:: Action item ::
Of the lines listed below, return exactly those that run from the line containing "e20 v19 v10 LINE" through the line containing "e35 v30 v30", both included.

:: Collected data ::

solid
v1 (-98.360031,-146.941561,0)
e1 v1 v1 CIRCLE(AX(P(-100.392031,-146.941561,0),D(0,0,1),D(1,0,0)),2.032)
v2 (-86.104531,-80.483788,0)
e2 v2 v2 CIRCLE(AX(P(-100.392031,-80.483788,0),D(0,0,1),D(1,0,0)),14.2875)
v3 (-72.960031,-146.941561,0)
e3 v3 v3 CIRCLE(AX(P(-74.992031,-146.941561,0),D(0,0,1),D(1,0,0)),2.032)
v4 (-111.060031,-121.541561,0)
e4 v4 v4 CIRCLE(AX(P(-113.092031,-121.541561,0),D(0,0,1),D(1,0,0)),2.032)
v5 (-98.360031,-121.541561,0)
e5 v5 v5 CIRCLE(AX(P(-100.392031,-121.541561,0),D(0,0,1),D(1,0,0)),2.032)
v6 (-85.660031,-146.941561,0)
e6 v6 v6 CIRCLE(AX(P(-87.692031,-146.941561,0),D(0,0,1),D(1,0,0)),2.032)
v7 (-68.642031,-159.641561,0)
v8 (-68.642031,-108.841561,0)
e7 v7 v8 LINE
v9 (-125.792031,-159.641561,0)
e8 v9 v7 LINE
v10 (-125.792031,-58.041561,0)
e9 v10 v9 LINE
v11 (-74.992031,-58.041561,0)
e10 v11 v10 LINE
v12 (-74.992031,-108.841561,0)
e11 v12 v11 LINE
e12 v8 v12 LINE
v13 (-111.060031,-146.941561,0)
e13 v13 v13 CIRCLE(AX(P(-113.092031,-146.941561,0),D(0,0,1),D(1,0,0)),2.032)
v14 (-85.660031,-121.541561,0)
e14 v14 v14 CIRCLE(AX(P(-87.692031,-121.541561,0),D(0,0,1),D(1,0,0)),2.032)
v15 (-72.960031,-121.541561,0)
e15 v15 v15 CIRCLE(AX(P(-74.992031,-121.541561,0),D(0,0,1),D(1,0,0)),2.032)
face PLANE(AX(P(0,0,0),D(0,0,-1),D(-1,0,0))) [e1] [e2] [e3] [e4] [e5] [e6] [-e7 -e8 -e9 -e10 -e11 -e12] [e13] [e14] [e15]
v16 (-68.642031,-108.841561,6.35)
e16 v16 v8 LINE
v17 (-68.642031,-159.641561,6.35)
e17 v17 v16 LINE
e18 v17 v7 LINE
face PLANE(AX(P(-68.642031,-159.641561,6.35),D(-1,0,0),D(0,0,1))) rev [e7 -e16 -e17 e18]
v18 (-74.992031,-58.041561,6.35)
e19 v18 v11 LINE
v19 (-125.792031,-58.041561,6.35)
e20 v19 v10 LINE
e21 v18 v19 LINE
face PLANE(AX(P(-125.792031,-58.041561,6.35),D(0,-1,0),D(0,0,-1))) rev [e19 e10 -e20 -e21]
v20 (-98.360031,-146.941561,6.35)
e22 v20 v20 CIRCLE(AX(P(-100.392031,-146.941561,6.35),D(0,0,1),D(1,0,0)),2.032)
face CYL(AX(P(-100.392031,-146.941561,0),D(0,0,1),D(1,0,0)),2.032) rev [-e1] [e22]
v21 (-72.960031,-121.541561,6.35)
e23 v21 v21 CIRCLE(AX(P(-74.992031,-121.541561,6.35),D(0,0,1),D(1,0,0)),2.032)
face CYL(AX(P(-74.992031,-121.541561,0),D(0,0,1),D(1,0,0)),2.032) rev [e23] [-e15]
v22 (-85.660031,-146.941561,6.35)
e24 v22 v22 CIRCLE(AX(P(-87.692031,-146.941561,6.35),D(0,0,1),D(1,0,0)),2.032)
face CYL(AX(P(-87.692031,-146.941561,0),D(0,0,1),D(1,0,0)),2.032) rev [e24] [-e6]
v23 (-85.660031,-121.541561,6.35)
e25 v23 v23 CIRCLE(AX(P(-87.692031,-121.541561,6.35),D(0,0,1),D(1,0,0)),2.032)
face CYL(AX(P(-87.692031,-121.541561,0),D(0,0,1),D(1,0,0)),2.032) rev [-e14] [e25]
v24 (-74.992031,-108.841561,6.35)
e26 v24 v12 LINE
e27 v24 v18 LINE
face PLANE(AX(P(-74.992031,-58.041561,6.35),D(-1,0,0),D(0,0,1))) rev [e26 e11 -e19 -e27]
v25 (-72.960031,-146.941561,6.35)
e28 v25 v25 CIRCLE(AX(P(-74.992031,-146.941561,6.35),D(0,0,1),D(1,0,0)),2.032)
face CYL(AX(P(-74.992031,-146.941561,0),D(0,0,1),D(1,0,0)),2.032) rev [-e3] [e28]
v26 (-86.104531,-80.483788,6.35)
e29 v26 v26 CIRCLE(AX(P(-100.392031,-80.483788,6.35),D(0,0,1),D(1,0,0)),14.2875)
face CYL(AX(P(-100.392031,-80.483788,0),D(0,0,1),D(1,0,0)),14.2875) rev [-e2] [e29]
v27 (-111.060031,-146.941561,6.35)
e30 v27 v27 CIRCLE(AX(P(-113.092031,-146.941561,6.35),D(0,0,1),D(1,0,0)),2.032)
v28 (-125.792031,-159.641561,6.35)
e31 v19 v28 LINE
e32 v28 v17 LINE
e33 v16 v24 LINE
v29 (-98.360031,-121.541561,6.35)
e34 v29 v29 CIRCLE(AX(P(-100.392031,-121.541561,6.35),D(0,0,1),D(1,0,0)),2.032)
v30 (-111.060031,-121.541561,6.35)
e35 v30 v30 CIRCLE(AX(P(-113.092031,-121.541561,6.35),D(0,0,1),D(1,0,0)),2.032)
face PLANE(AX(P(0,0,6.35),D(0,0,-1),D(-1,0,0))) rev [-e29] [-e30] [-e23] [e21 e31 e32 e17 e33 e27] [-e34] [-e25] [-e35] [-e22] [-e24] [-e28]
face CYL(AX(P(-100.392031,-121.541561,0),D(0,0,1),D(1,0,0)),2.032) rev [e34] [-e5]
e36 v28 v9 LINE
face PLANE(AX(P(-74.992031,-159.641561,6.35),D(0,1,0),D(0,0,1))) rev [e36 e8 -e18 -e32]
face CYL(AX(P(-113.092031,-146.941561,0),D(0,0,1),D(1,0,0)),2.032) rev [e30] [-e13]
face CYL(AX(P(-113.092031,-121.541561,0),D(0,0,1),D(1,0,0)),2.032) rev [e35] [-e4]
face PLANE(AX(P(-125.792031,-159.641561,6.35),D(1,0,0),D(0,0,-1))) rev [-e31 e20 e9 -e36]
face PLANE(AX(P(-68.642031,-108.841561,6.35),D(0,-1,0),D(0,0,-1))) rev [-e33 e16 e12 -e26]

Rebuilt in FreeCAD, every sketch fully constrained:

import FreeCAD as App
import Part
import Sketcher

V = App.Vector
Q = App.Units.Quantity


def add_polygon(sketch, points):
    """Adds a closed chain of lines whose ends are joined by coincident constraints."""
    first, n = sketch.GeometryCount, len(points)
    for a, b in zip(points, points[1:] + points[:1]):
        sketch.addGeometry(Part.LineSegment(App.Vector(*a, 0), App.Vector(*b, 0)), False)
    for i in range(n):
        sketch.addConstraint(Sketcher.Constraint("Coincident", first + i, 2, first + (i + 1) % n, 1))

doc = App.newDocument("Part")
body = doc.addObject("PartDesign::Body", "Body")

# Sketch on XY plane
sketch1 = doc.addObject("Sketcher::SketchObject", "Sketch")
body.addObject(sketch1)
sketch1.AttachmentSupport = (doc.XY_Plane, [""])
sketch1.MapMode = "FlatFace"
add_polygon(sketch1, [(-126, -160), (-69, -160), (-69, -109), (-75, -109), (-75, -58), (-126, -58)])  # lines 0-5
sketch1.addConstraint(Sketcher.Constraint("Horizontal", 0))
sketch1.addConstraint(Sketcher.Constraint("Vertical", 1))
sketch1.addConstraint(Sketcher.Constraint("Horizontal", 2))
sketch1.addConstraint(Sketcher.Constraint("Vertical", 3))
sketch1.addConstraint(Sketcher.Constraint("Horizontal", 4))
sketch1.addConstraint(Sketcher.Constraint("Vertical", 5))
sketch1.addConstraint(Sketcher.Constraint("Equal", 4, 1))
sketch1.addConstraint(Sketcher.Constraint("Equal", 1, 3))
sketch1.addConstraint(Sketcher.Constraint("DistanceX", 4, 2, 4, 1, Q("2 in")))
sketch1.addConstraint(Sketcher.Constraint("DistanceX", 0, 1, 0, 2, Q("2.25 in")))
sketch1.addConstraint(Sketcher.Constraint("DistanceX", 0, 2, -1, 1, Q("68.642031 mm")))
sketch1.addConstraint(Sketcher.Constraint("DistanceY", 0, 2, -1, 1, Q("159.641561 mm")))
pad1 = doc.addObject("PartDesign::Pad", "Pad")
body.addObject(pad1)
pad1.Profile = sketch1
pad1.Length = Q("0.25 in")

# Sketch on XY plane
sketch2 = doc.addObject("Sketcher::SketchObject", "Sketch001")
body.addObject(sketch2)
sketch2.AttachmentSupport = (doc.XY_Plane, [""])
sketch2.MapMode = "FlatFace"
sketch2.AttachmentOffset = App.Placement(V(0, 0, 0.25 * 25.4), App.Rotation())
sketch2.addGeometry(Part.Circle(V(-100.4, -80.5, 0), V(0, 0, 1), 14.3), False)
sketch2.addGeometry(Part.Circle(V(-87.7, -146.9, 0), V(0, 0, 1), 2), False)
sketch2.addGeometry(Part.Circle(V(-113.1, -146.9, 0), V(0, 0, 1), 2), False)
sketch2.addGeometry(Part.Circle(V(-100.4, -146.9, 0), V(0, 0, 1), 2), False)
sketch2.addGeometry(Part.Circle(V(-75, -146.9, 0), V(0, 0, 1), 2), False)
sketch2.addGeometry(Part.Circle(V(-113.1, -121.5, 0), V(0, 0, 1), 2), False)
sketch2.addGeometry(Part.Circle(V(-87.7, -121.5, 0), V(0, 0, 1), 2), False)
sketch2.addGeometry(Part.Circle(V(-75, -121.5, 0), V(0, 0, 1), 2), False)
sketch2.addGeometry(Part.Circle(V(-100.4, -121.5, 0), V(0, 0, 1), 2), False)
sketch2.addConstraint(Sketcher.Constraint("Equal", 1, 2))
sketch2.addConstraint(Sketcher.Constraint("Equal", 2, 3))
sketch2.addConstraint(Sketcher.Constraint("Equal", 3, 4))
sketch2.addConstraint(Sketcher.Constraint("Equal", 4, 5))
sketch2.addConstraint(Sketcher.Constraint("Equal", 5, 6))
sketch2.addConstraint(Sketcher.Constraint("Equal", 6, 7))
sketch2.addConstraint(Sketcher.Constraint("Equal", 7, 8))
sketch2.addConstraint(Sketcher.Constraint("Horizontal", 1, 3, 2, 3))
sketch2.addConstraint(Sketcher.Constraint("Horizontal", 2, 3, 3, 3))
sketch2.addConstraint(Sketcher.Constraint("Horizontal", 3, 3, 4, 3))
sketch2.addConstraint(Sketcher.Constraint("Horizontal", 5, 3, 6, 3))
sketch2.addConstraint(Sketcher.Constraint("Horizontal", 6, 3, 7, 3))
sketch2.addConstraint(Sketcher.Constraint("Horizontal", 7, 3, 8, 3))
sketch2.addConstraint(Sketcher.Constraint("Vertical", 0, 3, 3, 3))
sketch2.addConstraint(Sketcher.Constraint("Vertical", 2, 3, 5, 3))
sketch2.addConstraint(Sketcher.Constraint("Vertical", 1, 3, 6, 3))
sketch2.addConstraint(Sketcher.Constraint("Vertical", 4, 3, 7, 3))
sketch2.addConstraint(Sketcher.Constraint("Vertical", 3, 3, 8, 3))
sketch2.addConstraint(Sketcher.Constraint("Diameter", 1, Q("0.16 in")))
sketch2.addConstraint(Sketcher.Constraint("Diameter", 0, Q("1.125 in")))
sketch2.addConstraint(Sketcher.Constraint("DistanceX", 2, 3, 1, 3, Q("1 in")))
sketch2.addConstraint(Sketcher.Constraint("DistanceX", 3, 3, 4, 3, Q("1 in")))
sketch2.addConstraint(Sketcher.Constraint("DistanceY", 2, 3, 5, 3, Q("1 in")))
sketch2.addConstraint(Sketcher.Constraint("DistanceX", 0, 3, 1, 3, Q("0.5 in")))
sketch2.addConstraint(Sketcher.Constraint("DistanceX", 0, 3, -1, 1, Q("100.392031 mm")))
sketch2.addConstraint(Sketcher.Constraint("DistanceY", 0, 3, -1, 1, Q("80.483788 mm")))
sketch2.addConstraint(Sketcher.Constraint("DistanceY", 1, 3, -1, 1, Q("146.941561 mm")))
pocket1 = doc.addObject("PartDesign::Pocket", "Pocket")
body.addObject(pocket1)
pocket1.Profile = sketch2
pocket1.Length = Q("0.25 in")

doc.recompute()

:: Response ::
e20 v19 v10 LINE
e21 v18 v19 LINE
face PLANE(AX(P(-125.792031,-58.041561,6.35),D(0,-1,0),D(0,0,-1))) rev [e19 e10 -e20 -e21]
v20 (-98.360031,-146.941561,6.35)
e22 v20 v20 CIRCLE(AX(P(-100.392031,-146.941561,6.35),D(0,0,1),D(1,0,0)),2.032)
face CYL(AX(P(-100.392031,-146.941561,0),D(0,0,1),D(1,0,0)),2.032) rev [-e1] [e22]
v21 (-72.960031,-121.541561,6.35)
e23 v21 v21 CIRCLE(AX(P(-74.992031,-121.541561,6.35),D(0,0,1),D(1,0,0)),2.032)
face CYL(AX(P(-74.992031,-121.541561,0),D(0,0,1),D(1,0,0)),2.032) rev [e23] [-e15]
v22 (-85.660031,-146.941561,6.35)
e24 v22 v22 CIRCLE(AX(P(-87.692031,-146.941561,6.35),D(0,0,1),D(1,0,0)),2.032)
face CYL(AX(P(-87.692031,-146.941561,0),D(0,0,1),D(1,0,0)),2.032) rev [e24] [-e6]
v23 (-85.660031,-121.541561,6.35)
e25 v23 v23 CIRCLE(AX(P(-87.692031,-121.541561,6.35),D(0,0,1),D(1,0,0)),2.032)
face CYL(AX(P(-87.692031,-121.541561,0),D(0,0,1),D(1,0,0)),2.032) rev [-e14] [e25]
v24 (-74.992031,-108.841561,6.35)
e26 v24 v12 LINE
e27 v24 v18 LINE
face PLANE(AX(P(-74.992031,-58.041561,6.35),D(-1,0,0),D(0,0,1))) rev [e26 e11 -e19 -e27]
v25 (-72.960031,-146.941561,6.35)
e28 v25 v25 CIRCLE(AX(P(-74.992031,-146.941561,6.35),D(0,0,1),D(1,0,0)),2.032)
face CYL(AX(P(-74.992031,-146.941561,0),D(0,0,1),D(1,0,0)),2.032) rev [-e3] [e28]
v26 (-86.104531,-80.483788,6.35)
e29 v26 v26 CIRCLE(AX(P(-100.392031,-80.483788,6.35),D(0,0,1),D(1,0,0)),14.2875)
face CYL(AX(P(-100.392031,-80.483788,0),D(0,0,1),D(1,0,0)),14.2875) rev [-e2] [e29]
v27 (-111.060031,-146.941561,6.35)
e30 v27 v27 CIRCLE(AX(P(-113.092031,-146.941561,6.35),D(0,0,1),D(1,0,0)),2.032)
v28 (-125.792031,-159.641561,6.35)
e31 v19 v28 LINE
e32 v28 v17 LINE
e33 v16 v24 LINE
v29 (-98.360031,-121.541561,6.35)
e34 v29 v29 CIRCLE(AX(P(-100.392031,-121.541561,6.35),D(0,0,1),D(1,0,0)),2.032)
v30 (-111.060031,-121.541561,6.35)
e35 v30 v30 CIRCLE(AX(P(-113.092031,-121.541561,6.35),D(0,0,1),D(1,0,0)),2.032)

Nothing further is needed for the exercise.